What does bottom-up mean?

Mar 13, 2023Blog

 

Bottom-up usually refers to citizen-led activities where citizens collaborate and themselves keep control of the aims, the means, and the actual implementation of their activities (Healey 2015). The initiatives are often rooted in some form of dissatisfaction with the current situation, a perception of inability, inaction, or sluggishness of public actors in responding thereto, and a desire to tackle the issue at hand (Van Eijk & Steen 2016). Bottom-up initiatives can also be a trigger for larger processes of transformative change; some protest movements can be seen as bottom-up. As a result, bottom-up activities affect not only other citizens, but also tend to imply some sort of pressure put on ‘those above’. These are typically political representatives, but could also be, for example, companies or international organisations.

Bottom-up is therefore also used in opposition to the concept of ‘top-down’, which refers to something being enacted or enforced by authorities. More broadly, it also means that citizens create spaces of participation themselves, instead of being invited into spaces of participation by, for example, government actors. Nonetheless, bottom-up initiatives often include – or gradually develop – links to formal institutions like local authorities, NGOs, and governmental authorities (Eckerberg et al. 2015).

Bottom-up approaches are very common and often highly impactful, especially in relation to environmental problems and social inequalities. The ACCTING research team has mapped bottom-up initiatives in 34 countries, in order to identify and analyse existing societal responses to the European Green Deal. The result of this task has provided us with an overview of more than 693 inspiring bottom-up initiatives, which we will use at developing solutions and the implementation of outputs for policy makers and other affected societal actors.


To know more:

 

  • Eckerberg K. et al. (2015). Incentives for collaborative governance: Top-down and bottom-up initiatives in the Swedish mountain region. Mountain Research and Development, 35(3), 289-298.
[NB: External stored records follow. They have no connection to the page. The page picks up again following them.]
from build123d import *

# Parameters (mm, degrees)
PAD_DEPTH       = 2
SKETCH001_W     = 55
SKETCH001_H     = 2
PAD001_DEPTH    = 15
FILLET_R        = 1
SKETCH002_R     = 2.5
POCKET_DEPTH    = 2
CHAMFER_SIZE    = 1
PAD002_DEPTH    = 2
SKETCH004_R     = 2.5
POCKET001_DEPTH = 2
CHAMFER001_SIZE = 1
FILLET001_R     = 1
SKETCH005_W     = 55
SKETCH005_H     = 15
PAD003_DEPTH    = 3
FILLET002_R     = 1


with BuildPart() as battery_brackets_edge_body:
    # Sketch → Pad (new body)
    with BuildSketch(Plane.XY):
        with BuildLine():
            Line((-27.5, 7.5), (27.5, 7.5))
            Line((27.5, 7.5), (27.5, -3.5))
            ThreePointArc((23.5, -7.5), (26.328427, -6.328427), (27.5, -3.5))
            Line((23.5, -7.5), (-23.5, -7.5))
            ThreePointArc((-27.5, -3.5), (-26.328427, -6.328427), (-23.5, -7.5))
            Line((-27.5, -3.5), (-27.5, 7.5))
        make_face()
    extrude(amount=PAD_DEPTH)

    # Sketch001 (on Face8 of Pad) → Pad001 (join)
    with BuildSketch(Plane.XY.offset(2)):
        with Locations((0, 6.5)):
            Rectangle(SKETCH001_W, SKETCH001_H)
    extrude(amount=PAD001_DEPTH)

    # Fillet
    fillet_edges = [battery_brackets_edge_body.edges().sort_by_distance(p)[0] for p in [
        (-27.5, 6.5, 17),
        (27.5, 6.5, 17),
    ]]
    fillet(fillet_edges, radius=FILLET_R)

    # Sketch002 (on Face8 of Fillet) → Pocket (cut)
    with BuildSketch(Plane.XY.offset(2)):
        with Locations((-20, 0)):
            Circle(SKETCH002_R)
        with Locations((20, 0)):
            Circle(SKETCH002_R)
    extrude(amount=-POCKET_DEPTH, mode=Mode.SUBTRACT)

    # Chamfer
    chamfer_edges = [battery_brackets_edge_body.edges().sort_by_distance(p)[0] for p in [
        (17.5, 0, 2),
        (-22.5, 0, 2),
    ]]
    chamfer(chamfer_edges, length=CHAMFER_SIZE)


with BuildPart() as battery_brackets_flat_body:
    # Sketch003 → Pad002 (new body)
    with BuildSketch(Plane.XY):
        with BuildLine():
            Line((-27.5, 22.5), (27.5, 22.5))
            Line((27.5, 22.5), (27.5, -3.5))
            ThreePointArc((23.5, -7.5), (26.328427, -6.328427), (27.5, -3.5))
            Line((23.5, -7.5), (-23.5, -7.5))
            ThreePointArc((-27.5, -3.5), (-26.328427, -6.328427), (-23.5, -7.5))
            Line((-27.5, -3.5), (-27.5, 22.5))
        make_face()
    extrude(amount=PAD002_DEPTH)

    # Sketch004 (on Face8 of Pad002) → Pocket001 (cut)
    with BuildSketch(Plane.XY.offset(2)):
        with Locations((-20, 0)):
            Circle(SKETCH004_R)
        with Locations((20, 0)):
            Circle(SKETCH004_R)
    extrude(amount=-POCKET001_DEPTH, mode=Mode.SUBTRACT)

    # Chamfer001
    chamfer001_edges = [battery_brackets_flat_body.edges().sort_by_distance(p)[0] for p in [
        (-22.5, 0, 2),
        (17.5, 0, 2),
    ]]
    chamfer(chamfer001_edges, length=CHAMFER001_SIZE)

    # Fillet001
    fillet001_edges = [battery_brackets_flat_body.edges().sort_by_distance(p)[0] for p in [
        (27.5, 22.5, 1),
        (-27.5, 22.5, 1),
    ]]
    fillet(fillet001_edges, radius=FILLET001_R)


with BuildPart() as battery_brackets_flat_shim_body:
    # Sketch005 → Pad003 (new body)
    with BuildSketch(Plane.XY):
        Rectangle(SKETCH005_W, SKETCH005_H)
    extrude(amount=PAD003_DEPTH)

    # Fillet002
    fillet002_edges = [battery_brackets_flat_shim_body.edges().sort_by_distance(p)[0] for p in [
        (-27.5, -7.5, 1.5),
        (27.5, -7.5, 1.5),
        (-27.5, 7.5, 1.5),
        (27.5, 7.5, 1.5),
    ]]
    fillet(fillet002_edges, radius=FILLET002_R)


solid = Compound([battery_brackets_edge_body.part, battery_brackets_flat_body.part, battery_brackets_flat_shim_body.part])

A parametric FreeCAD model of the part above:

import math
import FreeCAD as App
import Part
import Sketcher

V = App.Vector
Q = App.Units.Quantity


def edges_at(feature, points):
    """Names of the edges that pass closest to the given points."""
    edges = feature.Shape.Edges
    near = lambda p: min(range(len(edges)), key=lambda i: edges[i].distToShape(Part.Vertex(*p))[0])
    return sorted({f"Edge{near(p) + 1}" for p in points})


def add_polygon(sketch, points):
    """Adds a closed chain of lines whose ends are joined by coincident constraints."""
    first, n = sketch.GeometryCount, len(points)
    for a, b in zip(points, points[1:] + points[:1]):
        sketch.addGeometry(Part.LineSegment(App.Vector(*a, 0), App.Vector(*b, 0)), False)
    for i in range(n):
        sketch.addConstraint(Sketcher.Constraint("Coincident", first + i, 2, first + (i + 1) % n, 1))

doc = App.newDocument("Part")
body = doc.addObject("PartDesign::Body", "Body")

# Sketch on XY plane
sketch1 = body.newObject("Sketcher::SketchObject", "Sketch")
sketch1.AttachmentSupport = (doc.getObject("XY_Plane"), [""])
sketch1.MapMode = "FlatFace"
sketch1.addGeometry([
    Part.LineSegment(V(27.5, 7.5, 0), V(-27.5, 7.5, 0)),  # 0
    Part.LineSegment(V(-27.5, 7.5, 0), V(-27.5, -3.5, 0)),  # 1
    Part.ArcOfCircle(Part.Circle(V(-23.5, -3.5, 0), V(0, 0, 1), 4), math.radians(-180), math.radians(-90)),  # 2
    Part.LineSegment(V(-23.5, -7.5, 0), V(23.5, -7.5, 0)),  # 3
    Part.ArcOfCircle(Part.Circle(V(23.5, -3.5, 0), V(0, 0, 1), 4), math.radians(-90), math.radians(0)),  # 4
    Part.LineSegment(V(27.5, -3.5, 0), V(27.5, 7.5, 0)),  # 5
], False)
sketch1.addConstraint([
    Sketcher.Constraint("Coincident", 0, 2, 1, 1),
    Sketcher.Constraint("Tangent", 1, 2, 2, 1),
    Sketcher.Constraint("Tangent", 2, 2, 3, 1),
    Sketcher.Constraint("Tangent", 3, 2, 4, 1),
    Sketcher.Constraint("Tangent", 4, 2, 5, 1),
    Sketcher.Constraint("Coincident", 5, 2, 0, 1),
    Sketcher.Constraint("Horizontal", 0),
    Sketcher.Constraint("Vertical", 1),
    Sketcher.Constraint("Horizontal", 3),
    Sketcher.Constraint("Vertical", 5),
    Sketcher.Constraint("Equal", 2, 4),
    Sketcher.Constraint("Radius", 2, Q("4 mm")),
    Sketcher.Constraint("DistanceX", 0, 2, 0, 1, Q("55 mm")),
    Sketcher.Constraint("DistanceY", 1, 2, 1, 1, Q("11 mm")),
    Sketcher.Constraint("DistanceX", 2, 3, -1, 1, Q("23.5 mm")),
    Sketcher.Constraint("DistanceY", 2, 3, -1, 1, Q("3.5 mm")),
])
pad1 = body.newObject("PartDesign::Pad", "Pad")
pad1.Profile = sketch1
pad1.Length = 2

# Sketch on XY plane
sketch2 = body.newObject("Sketcher::SketchObject", "Sketch001")
sketch2.AttachmentSupport = (doc.getObject("XY_Plane"), [""])
sketch2.MapMode = "FlatFace"
sketch2.AttachmentOffset = App.Placement(V(0, 0, 2), App.Rotation())
add_polygon(sketch2, [(-27.5, 7.5), (-27.5, 5.5), (27.5, 5.5), (27.5, 7.5)])  # lines 0-3
sketch2.addConstraint([
    Sketcher.Constraint("Vertical", 0),
    Sketcher.Constraint("Horizontal", 1),
    Sketcher.Constraint("Vertical", 2),
    Sketcher.Constraint("Horizontal", 3),
    Sketcher.Constraint("DistanceX", 1, 1, 1, 2, Q("55 mm")),
    Sketcher.Constraint("DistanceY", 0, 2, 0, 1, Q("2 mm")),
    Sketcher.Constraint("DistanceX", 0, 2, -1, 1, Q("27.5 mm")),
    Sketcher.Constraint("DistanceY", -1, 1, 0, 2, Q("5.5 mm")),
])
pad2 = body.newObject("PartDesign::Pad", "Pad001")
pad2.Profile = sketch2
pad2.Length = 15
doc.recompute()

fillet = body.newObject("PartDesign::Fillet", "Fillet")
fillet.Base = (pad2, edges_at(pad2, [(-27.5, 6.5, 17), (27.5, 6.5, 17)]))
fillet.Radius = 1

# Sketch on XY plane
sketch3 = body.newObject("Sketcher::SketchObject", "Sketch002")
sketch3.AttachmentSupport = (doc.getObject("XY_Plane"), [""])
sketch3.MapMode = "FlatFace"
sketch3.AttachmentOffset = App.Placement(V(0, 0, 2), App.Rotation())
sketch3.addGeometry([
    Part.Circle(V(-20, 0, 0), V(0, 0, 1), 2.5),
    Part.Circle(V(20, 0, 0), V(0, 0, 1), 2.5),
], False)
sketch3.addConstraint([
    Sketcher.Constraint("Equal", 0, 1),
    Sketcher.Constraint("Symmetric", 0, 3, 1, 3, -1, 1),
    Sketcher.Constraint("PointOnObject", 0, 3, -1),
    Sketcher.Constraint("Diameter", 0, Q("5 mm")),
    Sketcher.Constraint("DistanceX", 0, 3, -1, 1, Q("20 mm")),
])
pocket1 = body.newObject("PartDesign::Pocket", "Pocket")
pocket1.Profile = sketch3
pocket1.Length = 2
doc.recompute()

chamfer = body.newObject("PartDesign::Chamfer", "Chamfer")
chamfer.Base = (pocket1, edges_at(pocket1, [(17.5, 0, 2), (-22.5, 0, 2)]))
chamfer.Size = 1
body2 = doc.addObject("PartDesign::Body", "Body001")

# Sketch on XY plane
sketch4 = body2.newObject("Sketcher::SketchObject", "Sketch003")
sketch4.AttachmentSupport = (doc.getObject("XY_Plane001"), [""])
sketch4.MapMode = "FlatFace"
sketch4.addGeometry([
    Part.LineSegment(V(27.5, 22.5, 0), V(-27.5, 22.5, 0)),  # 0
    Part.LineSegment(V(-27.5, 22.5, 0), V(-27.5, -3.5, 0)),  # 1
    Part.ArcOfCircle(Part.Circle(V(-23.5, -3.5, 0), V(0, 0, 1), 4), math.radians(-180), math.radians(-90)),  # 2
    Part.LineSegment(V(-23.5, -7.5, 0), V(23.5, -7.5, 0)),  # 3
    Part.ArcOfCircle(Part.Circle(V(23.5, -3.5, 0), V(0, 0, 1), 4), math.radians(-90), math.radians(0)),  # 4
    Part.LineSegment(V(27.5, -3.5, 0), V(27.5, 22.5, 0)),  # 5
], False)
sketch4.addConstraint([
    Sketcher.Constraint("Coincident", 0, 2, 1, 1),
    Sketcher.Constraint("Tangent", 1, 2, 2, 1),
    Sketcher.Constraint("Tangent", 2, 2, 3, 1),
    Sketcher.Constraint("Tangent", 3, 2, 4, 1),
    Sketcher.Constraint("Tangent", 4, 2, 5, 1),
    Sketcher.Constraint("Coincident", 5, 2, 0, 1),
    Sketcher.Constraint("Horizontal", 0),
    Sketcher.Constraint("Vertical", 1),
    Sketcher.Constraint("Horizontal", 3),
    Sketcher.Constraint("Vertical", 5),
    Sketcher.Constraint("Equal", 2, 4),
    Sketcher.Constraint("Radius", 2, Q("4 mm")),
    Sketcher.Constraint("DistanceX", 0, 2, 0, 1, Q("55 mm")),
    Sketcher.Constraint("DistanceY", 1, 2, 1, 1, Q("26 mm")),
    Sketcher.Constraint("DistanceX", 2, 3, -1, 1, Q("23.5 mm")),
    Sketcher.Constraint("DistanceY", 2, 3, -1, 1, Q("3.5 mm")),
])
pad3 = body2.newObject("PartDesign::Pad", "Pad002")
pad3.Profile = sketch4
pad3.Length = 2

# Sketch on XY plane
sketch5 = body2.newObject("Sketcher::SketchObject", "Sketch004")
sketch5.AttachmentSupport = (doc.getObject("XY_Plane001"), [""])
sketch5.MapMode = "FlatFace"
sketch5.AttachmentOffset = App.Placement(V(0, 0, 2), App.Rotation())
sketch5.addGeometry([
    Part.Circle(V(-20, 0, 0), V(0, 0, 1), 2.5),
    Part.Circle(V(20, 0, 0), V(0, 0, 1), 2.5),
], False)
sketch5.addConstraint([
    Sketcher.Constraint("Equal", 0, 1),
    Sketcher.Constraint("Symmetric", 0, 3, 1, 3, -1, 1),
    Sketcher.Constraint("PointOnObject", 0, 3, -1),
    Sketcher.Constraint("Diameter", 0, Q("5 mm")),
    Sketcher.Constraint("DistanceX", 0, 3, -1, 1, Q("20 mm")),
])
pocket2 = body2.newObject("PartDesign::Pocket", "Pocket001")
pocket2.Profile = sketch5
pocket2.Length = 2
doc.recompute()

chamfer2 = body2.newObject("PartDesign::Chamfer", "Chamfer001")
chamfer2.Base = (pocket2, edges_at(pocket2, [(-22.5, 0, 2), (17.5, 0, 2)]))
chamfer2.Size = 1
doc.recompute()

fillet2 = body2.newObject("PartDesign::Fillet", "Fillet001")
fillet2.Base = (chamfer2, edges_at(chamfer2, [(27.5, 22.5, 1), (-27.5, 22.5, 1)]))
fillet2.Radius = 1
body3 = doc.addObject("PartDesign::Body", "Body002")

# Sketch on XY plane
sketch6 = body3.newObject("Sketcher::SketchObject", "Sketch005")
sketch6.AttachmentSupport = (doc.getObject("XY_Plane002"), [""])
sketch6.MapMode = "FlatFace"
add_polygon(sketch6, [(-28, 8), (-28, -8), (28, -8), (28, 8)])  # lines 0-3
sketch6.addConstraint([
    Sketcher.Constraint("Vertical", 0),
    Sketcher.Constraint("Horizontal", 1),
    Sketcher.Constraint("Vertical", 2),
    Sketcher.Constraint("Horizontal", 3),
    Sketcher.Constraint("Symmetric", 0, 2, 2, 2, -1, 1),
    Sketcher.Constraint("DistanceX", 1, 1, 1, 2, Q("55 mm")),
    Sketcher.Constraint("DistanceY", 0, 2, 0, 1, Q("15 mm")),
])
pad4 = body3.newObject("PartDesign::Pad", "Pad003")
pad4.Profile = sketch6
pad4.Length = 3
doc.recompute()

fillet3 = body3.newObject("PartDesign::Fillet", "Fillet002")
fillet3.Base = (pad4, edges_at(pad4, [
    (-27.5, -7.5, 1.5),
    (27.5, -7.5, 1.5),
    (-27.5, 7.5, 1.5),
    (27.5, 7.5, 1.5),
]))
fillet3.Radius = 1

doc.recompute()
  • Healey P. (2015). Citizen-generated local development initiative: recent English experience. International Journal of Urban Sciences, 19(2), 109-118.

  • Jans, L. (2021). Changing environmental behaviour from the bottom up: The formation of pro-environmental social identities. Journal of Environmental Psychology, 73, 101531.

  • Thaler T., and S. Seebauer (2019). Bottom-up citizen initiatives in natural hazard management: Why they appear and what they can do? Environmental Science & Policy, 94, 101-111.

  • Van Eijk C., and T. Steen (2016). Why engage in co-production of public services? Mixing theory and empirical evidence. International Review of Administrative Sciences, 82(1), 28- 46.